Record set:
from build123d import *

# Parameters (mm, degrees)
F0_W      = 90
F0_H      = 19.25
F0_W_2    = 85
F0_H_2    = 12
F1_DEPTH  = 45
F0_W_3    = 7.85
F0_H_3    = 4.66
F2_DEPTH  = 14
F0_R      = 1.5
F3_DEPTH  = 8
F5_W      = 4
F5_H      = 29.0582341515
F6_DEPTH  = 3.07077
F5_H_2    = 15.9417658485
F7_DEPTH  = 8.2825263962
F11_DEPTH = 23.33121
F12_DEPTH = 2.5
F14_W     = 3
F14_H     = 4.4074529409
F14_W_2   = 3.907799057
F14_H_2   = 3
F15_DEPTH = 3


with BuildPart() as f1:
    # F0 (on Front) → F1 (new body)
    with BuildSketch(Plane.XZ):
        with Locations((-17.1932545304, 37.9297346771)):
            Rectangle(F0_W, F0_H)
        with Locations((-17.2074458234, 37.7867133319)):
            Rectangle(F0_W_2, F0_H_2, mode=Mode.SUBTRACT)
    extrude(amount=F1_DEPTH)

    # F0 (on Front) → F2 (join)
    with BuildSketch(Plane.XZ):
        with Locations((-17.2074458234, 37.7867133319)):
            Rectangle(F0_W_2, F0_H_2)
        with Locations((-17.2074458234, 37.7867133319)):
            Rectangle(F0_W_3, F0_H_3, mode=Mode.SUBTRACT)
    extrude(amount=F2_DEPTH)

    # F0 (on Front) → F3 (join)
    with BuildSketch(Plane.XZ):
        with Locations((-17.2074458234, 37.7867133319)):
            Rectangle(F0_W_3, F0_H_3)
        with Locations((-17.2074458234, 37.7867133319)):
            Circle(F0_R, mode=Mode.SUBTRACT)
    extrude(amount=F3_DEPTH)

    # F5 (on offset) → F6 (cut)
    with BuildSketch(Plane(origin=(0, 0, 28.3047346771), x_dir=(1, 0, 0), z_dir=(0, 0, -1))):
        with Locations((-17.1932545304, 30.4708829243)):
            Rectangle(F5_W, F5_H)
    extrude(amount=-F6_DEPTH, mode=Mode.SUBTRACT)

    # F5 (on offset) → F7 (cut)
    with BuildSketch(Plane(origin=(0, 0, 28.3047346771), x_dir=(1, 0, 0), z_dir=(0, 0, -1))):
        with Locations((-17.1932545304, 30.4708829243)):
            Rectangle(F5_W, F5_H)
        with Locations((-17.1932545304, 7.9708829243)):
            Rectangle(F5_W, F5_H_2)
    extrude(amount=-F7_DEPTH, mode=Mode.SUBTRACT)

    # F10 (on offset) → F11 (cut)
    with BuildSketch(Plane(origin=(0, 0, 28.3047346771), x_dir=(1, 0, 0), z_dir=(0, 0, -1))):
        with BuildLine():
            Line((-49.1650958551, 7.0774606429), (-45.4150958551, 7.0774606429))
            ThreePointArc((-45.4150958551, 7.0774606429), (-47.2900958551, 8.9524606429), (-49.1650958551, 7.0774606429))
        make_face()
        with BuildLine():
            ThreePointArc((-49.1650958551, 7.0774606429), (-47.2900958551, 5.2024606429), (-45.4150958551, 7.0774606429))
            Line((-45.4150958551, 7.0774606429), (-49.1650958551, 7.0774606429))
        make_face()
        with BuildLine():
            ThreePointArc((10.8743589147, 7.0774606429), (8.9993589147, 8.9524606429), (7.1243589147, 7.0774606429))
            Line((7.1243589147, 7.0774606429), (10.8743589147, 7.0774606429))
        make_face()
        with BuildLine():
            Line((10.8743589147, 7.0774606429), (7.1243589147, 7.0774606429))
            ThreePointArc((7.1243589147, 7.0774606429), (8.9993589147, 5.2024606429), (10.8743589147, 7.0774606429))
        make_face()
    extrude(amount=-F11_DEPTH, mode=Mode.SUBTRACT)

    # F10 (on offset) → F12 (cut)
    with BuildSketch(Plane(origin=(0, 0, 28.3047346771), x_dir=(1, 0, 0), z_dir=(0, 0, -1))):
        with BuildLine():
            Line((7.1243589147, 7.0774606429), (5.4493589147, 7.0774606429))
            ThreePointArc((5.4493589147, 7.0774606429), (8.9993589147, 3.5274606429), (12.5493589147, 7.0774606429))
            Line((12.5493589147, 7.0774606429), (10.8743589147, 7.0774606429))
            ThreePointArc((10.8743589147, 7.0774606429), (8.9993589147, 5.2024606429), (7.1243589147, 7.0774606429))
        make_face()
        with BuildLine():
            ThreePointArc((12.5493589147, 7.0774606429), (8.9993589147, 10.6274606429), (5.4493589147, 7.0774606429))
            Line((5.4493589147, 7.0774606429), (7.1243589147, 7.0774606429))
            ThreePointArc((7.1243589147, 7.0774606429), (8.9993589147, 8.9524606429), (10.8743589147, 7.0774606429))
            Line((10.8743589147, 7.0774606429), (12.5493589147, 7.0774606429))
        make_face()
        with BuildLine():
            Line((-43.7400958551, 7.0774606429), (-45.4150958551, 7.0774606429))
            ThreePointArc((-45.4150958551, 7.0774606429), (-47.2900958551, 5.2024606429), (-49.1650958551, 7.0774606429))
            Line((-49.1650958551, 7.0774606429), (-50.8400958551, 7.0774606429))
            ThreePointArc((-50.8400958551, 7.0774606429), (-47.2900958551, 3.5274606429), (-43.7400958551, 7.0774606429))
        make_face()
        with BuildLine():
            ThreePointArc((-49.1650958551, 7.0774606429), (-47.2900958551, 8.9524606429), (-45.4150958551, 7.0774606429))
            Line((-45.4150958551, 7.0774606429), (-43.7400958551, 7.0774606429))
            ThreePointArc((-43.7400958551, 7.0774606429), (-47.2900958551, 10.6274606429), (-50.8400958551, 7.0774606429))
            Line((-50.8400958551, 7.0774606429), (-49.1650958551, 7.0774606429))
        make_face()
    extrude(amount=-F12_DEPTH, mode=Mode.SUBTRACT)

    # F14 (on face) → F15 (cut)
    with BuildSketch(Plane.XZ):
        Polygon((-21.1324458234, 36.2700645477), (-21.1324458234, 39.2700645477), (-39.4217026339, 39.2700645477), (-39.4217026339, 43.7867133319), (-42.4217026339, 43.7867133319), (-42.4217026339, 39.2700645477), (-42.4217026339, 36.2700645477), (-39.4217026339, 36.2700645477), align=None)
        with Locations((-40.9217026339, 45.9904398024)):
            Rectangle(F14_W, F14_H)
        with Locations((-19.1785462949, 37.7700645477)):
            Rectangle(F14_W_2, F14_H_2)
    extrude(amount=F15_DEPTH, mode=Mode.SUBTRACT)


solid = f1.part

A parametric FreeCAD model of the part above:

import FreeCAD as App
import Part
import Sketcher

V = App.Vector
Q = App.Units.Quantity

doc = App.newDocument("Part")
body = doc.addObject("PartDesign::Body", "Body")

sketch1 = body.newObject("Sketcher::SketchObject", "Sketch")
sketch1.AttachmentSupport = (doc.getObject("XZ_Plane"), [""])
sketch1.MapMode = "FlatFace"
sketch1.addGeometry([
    Part.LineSegment(V(-62, 48, 0), V(-62, 28, 0)),
    Part.LineSegment(V(-62, 28, 0), V(28, 28, 0)),
    Part.LineSegment(V(28, 28, 0), V(28, 48, 0)),
    Part.LineSegment(V(28, 48, 0), V(-62, 48, 0)),
    Part.LineSegment(V(25, 32, 0), V(-60, 32, 0)),
    Part.LineSegment(V(-60, 32, 0), V(-60, 44, 0)),
    Part.LineSegment(V(-60, 44, 0), V(25, 44, 0)),
    Part.LineSegment(V(25, 44, 0), V(25, 32, 0)),
], False)
sketch1.addConstraint([
    Sketcher.Constraint("Coincident", 0, 2, 1, 1),
    Sketcher.Constraint("Coincident", 1, 2, 2, 1),
    Sketcher.Constraint("Coincident", 2, 2, 3, 1),
    Sketcher.Constraint("Coincident", 3, 2, 0, 1),
    Sketcher.Constraint("Coincident", 4, 2, 5, 1),
    Sketcher.Constraint("Coincident", 5, 2, 6, 1),
    Sketcher.Constraint("Coincident", 6, 2, 7, 1),
    Sketcher.Constraint("Coincident", 7, 2, 4, 1),
    Sketcher.Constraint("Vertical", 0),
    Sketcher.Constraint("Horizontal", 1),
    Sketcher.Constraint("Vertical", 2),
    Sketcher.Constraint("Horizontal", 3),
    Sketcher.Constraint("Horizontal", 4),
    Sketcher.Constraint("Vertical", 5),
    Sketcher.Constraint("Horizontal", 6),
    Sketcher.Constraint("Vertical", 7),
    Sketcher.Constraint("DistanceX", 1, 1, 1, 2, Q("90 mm")),
    Sketcher.Constraint("DistanceX", 4, 2, 4, 1, Q("85 mm")),
    Sketcher.Constraint("DistanceY", 5, 1, 5, 2, Q("12 mm")),
    Sketcher.Constraint("DistanceY", 0, 2, 0, 1, Q("19.25 mm")),
    Sketcher.Constraint("DistanceX", 0, 2, 4, 2, Q("2.485809 mm")),
    Sketcher.Constraint("DistanceY", 0, 2, 4, 2, Q("3.481979 mm")),
    Sketcher.Constraint("DistanceX", 0, 2, -1, 1, Q("62.193255 mm")),
    Sketcher.Constraint("DistanceY", -1, 1, 0, 2, Q("28.304735 mm")),
])
pad1 = body.newObject("PartDesign::Pad", "Pad")
pad1.Profile = sketch1
pad1.Length = 45

sketch2 = body.newObject("Sketcher::SketchObject", "Sketch001")
sketch2.AttachmentSupport = (doc.getObject("XZ_Plane"), [""])
sketch2.MapMode = "FlatFace"
sketch2.addGeometry([
    Part.LineSegment(V(-59.7, 43.8, 0), V(-59.7, 31.8, 0)),
    Part.LineSegment(V(-59.7, 31.8, 0), V(25.3, 31.8, 0)),
    Part.LineSegment(V(25.3, 31.8, 0), V(25.3, 43.8, 0)),
    Part.LineSegment(V(25.3, 43.8, 0), V(-59.7, 43.8, 0)),
    Part.LineSegment(V(-13.3, 35.5, 0), V(-21.1, 35.5, 0)),
    Part.LineSegment(V(-21.1, 35.5, 0), V(-21.1, 40.1, 0)),
    Part.LineSegment(V(-21.1, 40.1, 0), V(-13.3, 40.1, 0)),
    Part.LineSegment(V(-13.3, 40.1, 0), V(-13.3, 35.5, 0)),
], False)
sketch2.addConstraint([
    Sketcher.Constraint("Coincident", 0, 2, 1, 1),
    Sketcher.Constraint("Coincident", 1, 2, 2, 1),
    Sketcher.Constraint("Coincident", 2, 2, 3, 1),
    Sketcher.Constraint("Coincident", 3, 2, 0, 1),
    Sketcher.Constraint("Coincident", 4, 2, 5, 1),
    Sketcher.Constraint("Coincident", 5, 2, 6, 1),
    Sketcher.Constraint("Coincident", 6, 2, 7, 1),
    Sketcher.Constraint("Coincident", 7, 2, 4, 1),
    Sketcher.Constraint("Vertical", 0),
    Sketcher.Constraint("Horizontal", 1),
    Sketcher.Constraint("Vertical", 2),
    Sketcher.Constraint("Horizontal", 3),
    Sketcher.Constraint("Horizontal", 4),
    Sketcher.Constraint("Vertical", 5),
    Sketcher.Constraint("Horizontal", 6),
    Sketcher.Constraint("Vertical", 7),
    Sketcher.Constraint("DistanceX", 1, 1, 1, 2, Q("85 mm")),
    Sketcher.Constraint("DistanceY", 0, 2, 0, 1, Q("12 mm")),
    Sketcher.Constraint("DistanceX", 4, 2, 4, 1, Q("7.85 mm")),
    Sketcher.Constraint("DistanceY", 5, 1, 5, 2, Q("4.66 mm")),
    Sketcher.Constraint("DistanceY", 0, 2, 4, 2, Q("3.67 mm")),
    Sketcher.Constraint("DistanceX", 0, 2, 4, 2, Q("38.575 mm")),
    Sketcher.Constraint("DistanceX", 0, 2, -1, 1, Q("59.707446 mm")),
    Sketcher.Constraint("DistanceY", -1, 1, 0, 2, Q("31.786713 mm")),
])
pad2 = body.newObject("PartDesign::Pad", "Pad001")
pad2.Profile = sketch2
pad2.Length = 14

sketch3 = body.newObject("Sketcher::SketchObject", "Sketch002")
sketch3.AttachmentSupport = (doc.getObject("XZ_Plane"), [""])
sketch3.MapMode = "FlatFace"
sketch3.addGeometry([
    Part.LineSegment(V(-21.1, 40.1, 0), V(-21.1, 35.5, 0)),
    Part.LineSegment(V(-21.1, 35.5, 0), V(-13.3, 35.5, 0)),
    Part.LineSegment(V(-13.3, 35.5, 0), V(-13.3, 40.1, 0)),
    Part.LineSegment(V(-13.3, 40.1, 0), V(-21.1, 40.1, 0)),
    Part.Circle(V(-17.2, 37.8, 0), V(0, 0, 1), 1.5),
], False)
sketch3.addConstraint([
    Sketcher.Constraint("Coincident", 0, 2, 1, 1),
    Sketcher.Constraint("Coincident", 1, 2, 2, 1),
    Sketcher.Constraint("Coincident", 2, 2, 3, 1),
    Sketcher.Constraint("Coincident", 3, 2, 0, 1),
    Sketcher.Constraint("Vertical", 0),
    Sketcher.Constraint("Horizontal", 1),
    Sketcher.Constraint("Vertical", 2),
    Sketcher.Constraint("Horizontal", 3),
    Sketcher.Constraint("Diameter", 4, Q("3 mm")),
    Sketcher.Constraint("DistanceX", 1, 1, 1, 2, Q("7.85 mm")),
    Sketcher.Constraint("DistanceY", 0, 2, 0, 1, Q("4.66 mm")),
    Sketcher.Constraint("DistanceY", 0, 2, 4, 3, Q("2.33 mm")),
    Sketcher.Constraint("DistanceX", 0, 2, 4, 3, Q("3.925 mm")),
    Sketcher.Constraint("DistanceX", 4, 3, -1, 1, Q("17.207446 mm")),
    Sketcher.Constraint("DistanceY", -1, 1, 4, 3, Q("37.786713 mm")),
])
pad3 = body.newObject("PartDesign::Pad", "Pad002")
pad3.Profile = sketch3
pad3.Length = 8
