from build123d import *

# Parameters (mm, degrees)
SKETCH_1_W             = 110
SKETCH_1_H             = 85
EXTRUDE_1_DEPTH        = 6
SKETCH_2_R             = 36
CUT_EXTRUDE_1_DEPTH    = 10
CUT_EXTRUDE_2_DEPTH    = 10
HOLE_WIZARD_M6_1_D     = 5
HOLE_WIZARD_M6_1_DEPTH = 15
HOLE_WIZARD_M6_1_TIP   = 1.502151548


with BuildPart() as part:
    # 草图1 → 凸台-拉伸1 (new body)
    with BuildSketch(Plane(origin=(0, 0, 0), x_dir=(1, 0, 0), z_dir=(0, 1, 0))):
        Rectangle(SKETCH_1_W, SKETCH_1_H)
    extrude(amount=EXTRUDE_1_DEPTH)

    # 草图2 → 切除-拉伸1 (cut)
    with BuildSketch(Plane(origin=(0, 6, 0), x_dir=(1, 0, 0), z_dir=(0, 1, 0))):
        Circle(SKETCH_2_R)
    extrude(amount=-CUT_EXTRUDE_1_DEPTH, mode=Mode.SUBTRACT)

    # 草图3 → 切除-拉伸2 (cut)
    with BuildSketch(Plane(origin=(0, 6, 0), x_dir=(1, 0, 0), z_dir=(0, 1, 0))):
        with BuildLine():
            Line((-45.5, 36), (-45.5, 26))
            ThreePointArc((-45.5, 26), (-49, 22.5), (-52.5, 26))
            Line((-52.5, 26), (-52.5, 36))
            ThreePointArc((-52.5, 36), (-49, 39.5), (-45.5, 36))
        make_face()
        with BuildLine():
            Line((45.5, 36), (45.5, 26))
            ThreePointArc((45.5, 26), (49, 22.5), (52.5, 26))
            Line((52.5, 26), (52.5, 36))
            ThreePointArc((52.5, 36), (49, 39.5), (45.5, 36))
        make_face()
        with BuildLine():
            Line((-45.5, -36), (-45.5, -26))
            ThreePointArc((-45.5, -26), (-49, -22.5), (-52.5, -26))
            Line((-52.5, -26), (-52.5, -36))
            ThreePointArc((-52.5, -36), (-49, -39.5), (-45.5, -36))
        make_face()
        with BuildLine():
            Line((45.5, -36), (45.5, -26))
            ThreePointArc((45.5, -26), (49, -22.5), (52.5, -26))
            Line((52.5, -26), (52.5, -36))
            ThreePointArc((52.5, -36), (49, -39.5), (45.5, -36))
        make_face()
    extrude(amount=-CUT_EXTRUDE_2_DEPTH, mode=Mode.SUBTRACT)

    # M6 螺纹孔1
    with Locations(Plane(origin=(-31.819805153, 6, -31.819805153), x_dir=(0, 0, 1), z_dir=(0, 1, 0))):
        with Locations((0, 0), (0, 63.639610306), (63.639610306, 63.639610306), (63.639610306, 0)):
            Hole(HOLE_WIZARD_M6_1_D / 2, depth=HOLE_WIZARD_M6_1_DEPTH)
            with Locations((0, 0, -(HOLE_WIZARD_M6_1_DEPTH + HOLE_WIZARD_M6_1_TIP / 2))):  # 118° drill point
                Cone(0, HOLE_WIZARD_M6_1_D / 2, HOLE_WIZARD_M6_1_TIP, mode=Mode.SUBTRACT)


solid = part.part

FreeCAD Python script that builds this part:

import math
import FreeCAD as App
import Part
import Sketcher
from FreeCAD import Vector


def add_polygon(sketch, points):
    """Adds a closed chain of lines whose ends are joined by coincident constraints."""
    first, n = sketch.GeometryCount, len(points)
    for a, b in zip(points, points[1:] + points[:1]):
        sketch.addGeometry(Part.LineSegment(App.Vector(*a, 0), App.Vector(*b, 0)), False)
    for i in range(n):
        sketch.addConstraint(Sketcher.Constraint("Coincident", first + i, 2, first + (i + 1) % n, 1))

doc = App.newDocument("Part")
params = doc.addObject("Spreadsheet::Sheet", "Params")
for row, (alias, value) in enumerate([
    ("sketch1_width", "110 mm"),
    ("sketch1_height", "85 mm"),
    ("pad1_length", "6 mm"),
    ("sketch2_diameter", "72 mm"),
    ("pocket1_length", "10 mm"),
    ("sketch3_radius", "3.5 mm"),
    ("sketch3_height", "10 mm"),
    ("pocket2_length", "10 mm"),
    ("sketch4_diameter", "5 mm"),
    ("hole_diameter", "5 mm"),
    ("hole_depth", "15 mm"),
], start=1):
    params.set(f"A{row}", alias)
    params.set(f"B{row}", "=" + value)
    params.setAlias(f"B{row}", alias)

body = doc.addObject("PartDesign::Body", "Body")

sketch1 = body.newObject("Sketcher::SketchObject", "Sketch")
sketch1.AttachmentSupport = (doc.getObject("XZ_Plane"), [""])
sketch1.MapMode = "FlatFace"
add_polygon(sketch1, [(-55, -42), (-55, 42), (55, 42), (55, -42)])
sketch1.addConstraint([
    Sketcher.Constraint("Vertical", 0),
    Sketcher.Constraint("Horizontal", 1),
    Sketcher.Constraint("Vertical", 2),
    Sketcher.Constraint("Horizontal", 3),
    Sketcher.Constraint("Symmetric", 0, 2, 2, 2, -1, 1),
    Sketcher.Constraint("DistanceX", 1, 1, 1, 2, 110.0),
    Sketcher.Constraint("DistanceY", 0, 1, 0, 2, 85.0),
])
sketch1.setExpression("Constraints[9]", "Params.sketch1_width")
sketch1.setExpression("Constraints[10]", "Params.sketch1_height")
pad1 = body.newObject("PartDesign::Pad", "Pad")
pad1.Profile = sketch1
pad1.setExpression("Length", "Params.pad1_length")
pad1.Reversed = True

sketch2 = body.newObject("Sketcher::SketchObject", "Sketch001")
sketch2.AttachmentSupport = (doc.getObject("XZ_Plane"), [""])
sketch2.MapMode = "FlatFace"
sketch2.AttachmentOffset = App.Placement(Vector(0, 0, -6), App.Rotation())
sketch2.addGeometry(Part.Circle(Vector(0, 0, 0), Vector(0, 0, 1), 36), False)
sketch2.addConstraint([
    Sketcher.Constraint("Coincident", 0, 3, -1, 1),
    Sketcher.Constraint("Diameter", 0, 72.0),
])
sketch2.setExpression("Constraints[1]", "Params.sketch2_diameter")
pocket1 = body.newObject("PartDesign::Pocket", "Pocket")
pocket1.Profile = sketch2
pocket1.setExpression("Length", "Params.pocket1_length")
pocket1.Reversed = True

sketch3 = body.newObject("Sketcher::SketchObject", "Sketch002")
sketch3.AttachmentSupport = (doc.getObject("XZ_Plane"), [""])
sketch3.MapMode = "FlatFace"
sketch3.AttachmentOffset = App.Placement(Vector(0, 0, -6), App.Rotation())
sketch3.addGeometry([
    Part.LineSegment(Vector(-45.5, -26, 0), Vector(-45.5, -36, 0)),
    Part.ArcOfCircle(Part.Circle(Vector(-49, -36, 0), Vector(0, 0, 1), 3.5), math.radians(180), math.radians(360)),
    Part.LineSegment(Vector(-52.5, -36, 0), Vector(-52.5, -26, 0)),
    Part.ArcOfCircle(Part.Circle(Vector(-49, -26, 0), Vector(0, 0, 1), 3.5), math.radians(0), math.radians(180)),
    Part.LineSegment(Vector(45.5, -36, 0), Vector(45.5, -26, 0)),
    Part.ArcOfCircle(Part.Circle(Vector(49, -26, 0), Vector(0, 0, 1), 3.5), math.radians(0), math.radians(180)),
    Part.LineSegment(Vector(52.5, -26, 0), Vector(52.5, -36, 0)),
    Part.ArcOfCircle(Part.Circle(Vector(49, -36, 0), Vector(0, 0, 1), 3.5), math.radians(180), math.radians(360)),
    Part.LineSegment(Vector(-45.5, 36, 0), Vector(-45.5, 26, 0)),
    Part.ArcOfCircle(Part.Circle(Vector(-49, 26, 0), Vector(0, 0, 1), 3.5), math.radians(180), math.radians(360)),
    Part.LineSegment(Vector(-52.5, 26, 0), Vector(-52.5, 36, 0)),
    Part.ArcOfCircle(Part.Circle(Vector(-49, 36, 0), Vector(0, 0, 1), 3.5), math.radians(0), math.radians(180)),
    Part.LineSegment(Vector(45.5, 26, 0), Vector(45.5, 36, 0)),
    Part.ArcOfCircle(Part.Circle(Vector(49, 36, 0), Vector(0, 0, 1), 3.5), math.radians(0), math.radians(180)),
    Part.LineSegment(Vector(52.5, 36, 0), Vector(52.5, 26, 0)),
    Part.ArcOfCircle(Part.Circle(Vector(49, 26, 0), Vector(0, 0, 1), 3.5), math.radians(180), math.radians(360)),
], False)
sketch3.addConstraint([
    Sketcher.Constraint("Tangent", 0, 2, 1, 2),
    Sketcher.Constraint("Tangent", 1, 1, 2, 1),
    Sketcher.Constraint("Tangent", 2, 2, 3, 2),
    Sketcher.Constraint("Tangent", 3, 1, 0, 1),
    Sketcher.Constraint("Tangent", 4, 2, 5, 2),
    Sketcher.Constraint("Tangent", 5, 1, 6, 1),
    Sketcher.Constraint("Tangent", 6, 2, 7, 2),
    Sketcher.Constraint("Tangent", 7, 1, 4, 1),
    Sketcher.Constraint("Tangent", 8, 2, 9, 2),
    Sketcher.Constraint("Tangent", 9, 1, 10, 1),
    Sketcher.Constraint("Tangent", 10, 2, 11, 2),
    Sketcher.Constraint("Tangent", 11, 1, 8, 1),
    Sketcher.Constraint("Tangent", 12, 2, 13, 2),
    Sketcher.Constraint("Tangent", 13, 1, 14, 1),
    Sketcher.Constraint("Tangent", 14, 2, 15, 2),
    Sketcher.Constraint("Tangent", 15, 1, 12, 1),
    Sketcher.Constraint("Vertical", 0),
    Sketcher.Constraint("Vertical", 2),
    Sketcher.Constraint("Vertical", 4),
    Sketcher.Constraint("Vertical", 6),
    Sketcher.Constraint("Vertical", 8),
    Sketcher.Constraint("Vertical", 10),
    Sketcher.Constraint("Vertical", 12),
    Sketcher.Constraint("Vertical", 14),
    Sketcher.Constraint("Equal", 3, 5),
    Sketcher.Constraint("Equal", 7, 9),
    Sketcher.Constraint("Equal", 11, 13),
    Sketcher.Constraint("Symmetric", 5, 3, 9, 3, -1, 1),
    Sketcher.Constraint("Symmetric", 1, 3, 13, 3, -1, 1),
    Sketcher.Constraint("Symmetric", 3, 3, 5, 3, -2),
    Sketcher.Constraint("Horizontal", 1, 3, 7, 3),
    Sketcher.Constraint("Horizontal", 11, 3, 13, 3),
    Sketcher.Constraint("Horizontal", 9, 3, 15, 3),
    Sketcher.Constraint("Radius", 1, 3.5),
    Sketcher.Constraint("DistanceY", 0, 2, 0, 1, 10.0),
    Sketcher.Constraint("DistanceX", 1, 3, -1, 1, 49.0),
    Sketcher.Constraint("DistanceY", 1, 3, -1, 1, 36.0),
])
sketch3.setExpression("Constraints[33]", "Params.sketch3_radius")
sketch3.setExpression("Constraints[34]", "Params.sketch3_height")
pocket2 = body.newObject("PartDesign::Pocket", "Pocket001")
pocket2.Profile = sketch3
pocket2.setExpression("Length", "Params.pocket2_length")
pocket2.Reversed = True

sketch4 = body.newObject("Sketcher::SketchObject", "Sketch003")
sketch4.AttachmentSupport = (doc.getObject("XZ_Plane"), [""])
sketch4.MapMode = "FlatFace"
sketch4.AttachmentOffset = App.Placement(Vector(0, 0, -6), App.Rotation())
sketch4.addGeometry([
    Part.Circle(Vector(-31.8, -31.8, 0), Vector(0, 0, 1), 2.5),
    Part.Circle(Vector(31.8, -31.8, 0), Vector(0, 0, 1), 2.5),
    Part.Circle(Vector(31.8, 31.8, 0), Vector(0, 0, 1), 2.5),
    Part.Circle(Vector(-31.8, 31.8, 0), Vector(0, 0, 1), 2.5),
], False)
sketch4.addConstraint([
    Sketcher.Constraint("Equal", 0, 1),
    Sketcher.Constraint("Equal", 1, 2),
    Sketcher.Constraint("Equal", 2, 3),
    Sketcher.Constraint("Symmetric", 0, 3, 2, 3, -1, 1),
    Sketcher.Constraint("Symmetric", 1, 3, 3, 3, -1, 1),
    Sketcher.Constraint("Symmetric", 0, 3, 1, 3, -2),
    Sketcher.Constraint("Diameter", 0, 5.0),
    Sketcher.Constraint("DistanceX", 0, 3, 1, 3, 63.63961),
    Sketcher.Constraint("DistanceY", 1, 3, 2, 3, 63.63961),
])
sketch4.setExpression("Constraints[6]", "Params.sketch4_diameter")
doc.recompute()
hole = body.newObject("PartDesign::Hole", "Hole")
hole.Profile = sketch4
hole.ThreadType = "None"
hole.setExpression("Diameter", "Params.hole_diameter")
hole.DepthType = "Dimension"
hole.setExpression("Depth", "Params.hole_depth")
hole.DrillPoint = "Angled"
hole.DrillPointAngle = 118
hole.Reversed = True

doc.recompute()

Work to be completed: Starting at the line with "# F0 (on Front) → F3 (join)" and ending at the line with "# F5 (on offset) → F6 (cut)", print each line of the listing above exactly, with no other lines.

Output for this task:
    # F0 (on Front) → F3 (join)
    with BuildSketch(Plane.XZ):
        with Locations((-17.2074458234, 37.7867133319)):
            Rectangle(F0_W_3, F0_H_3)
        with Locations((-17.2074458234, 37.7867133319)):
            Circle(F0_R, mode=Mode.SUBTRACT)
    extrude(amount=F3_DEPTH)

    # F5 (on offset) → F6 (cut)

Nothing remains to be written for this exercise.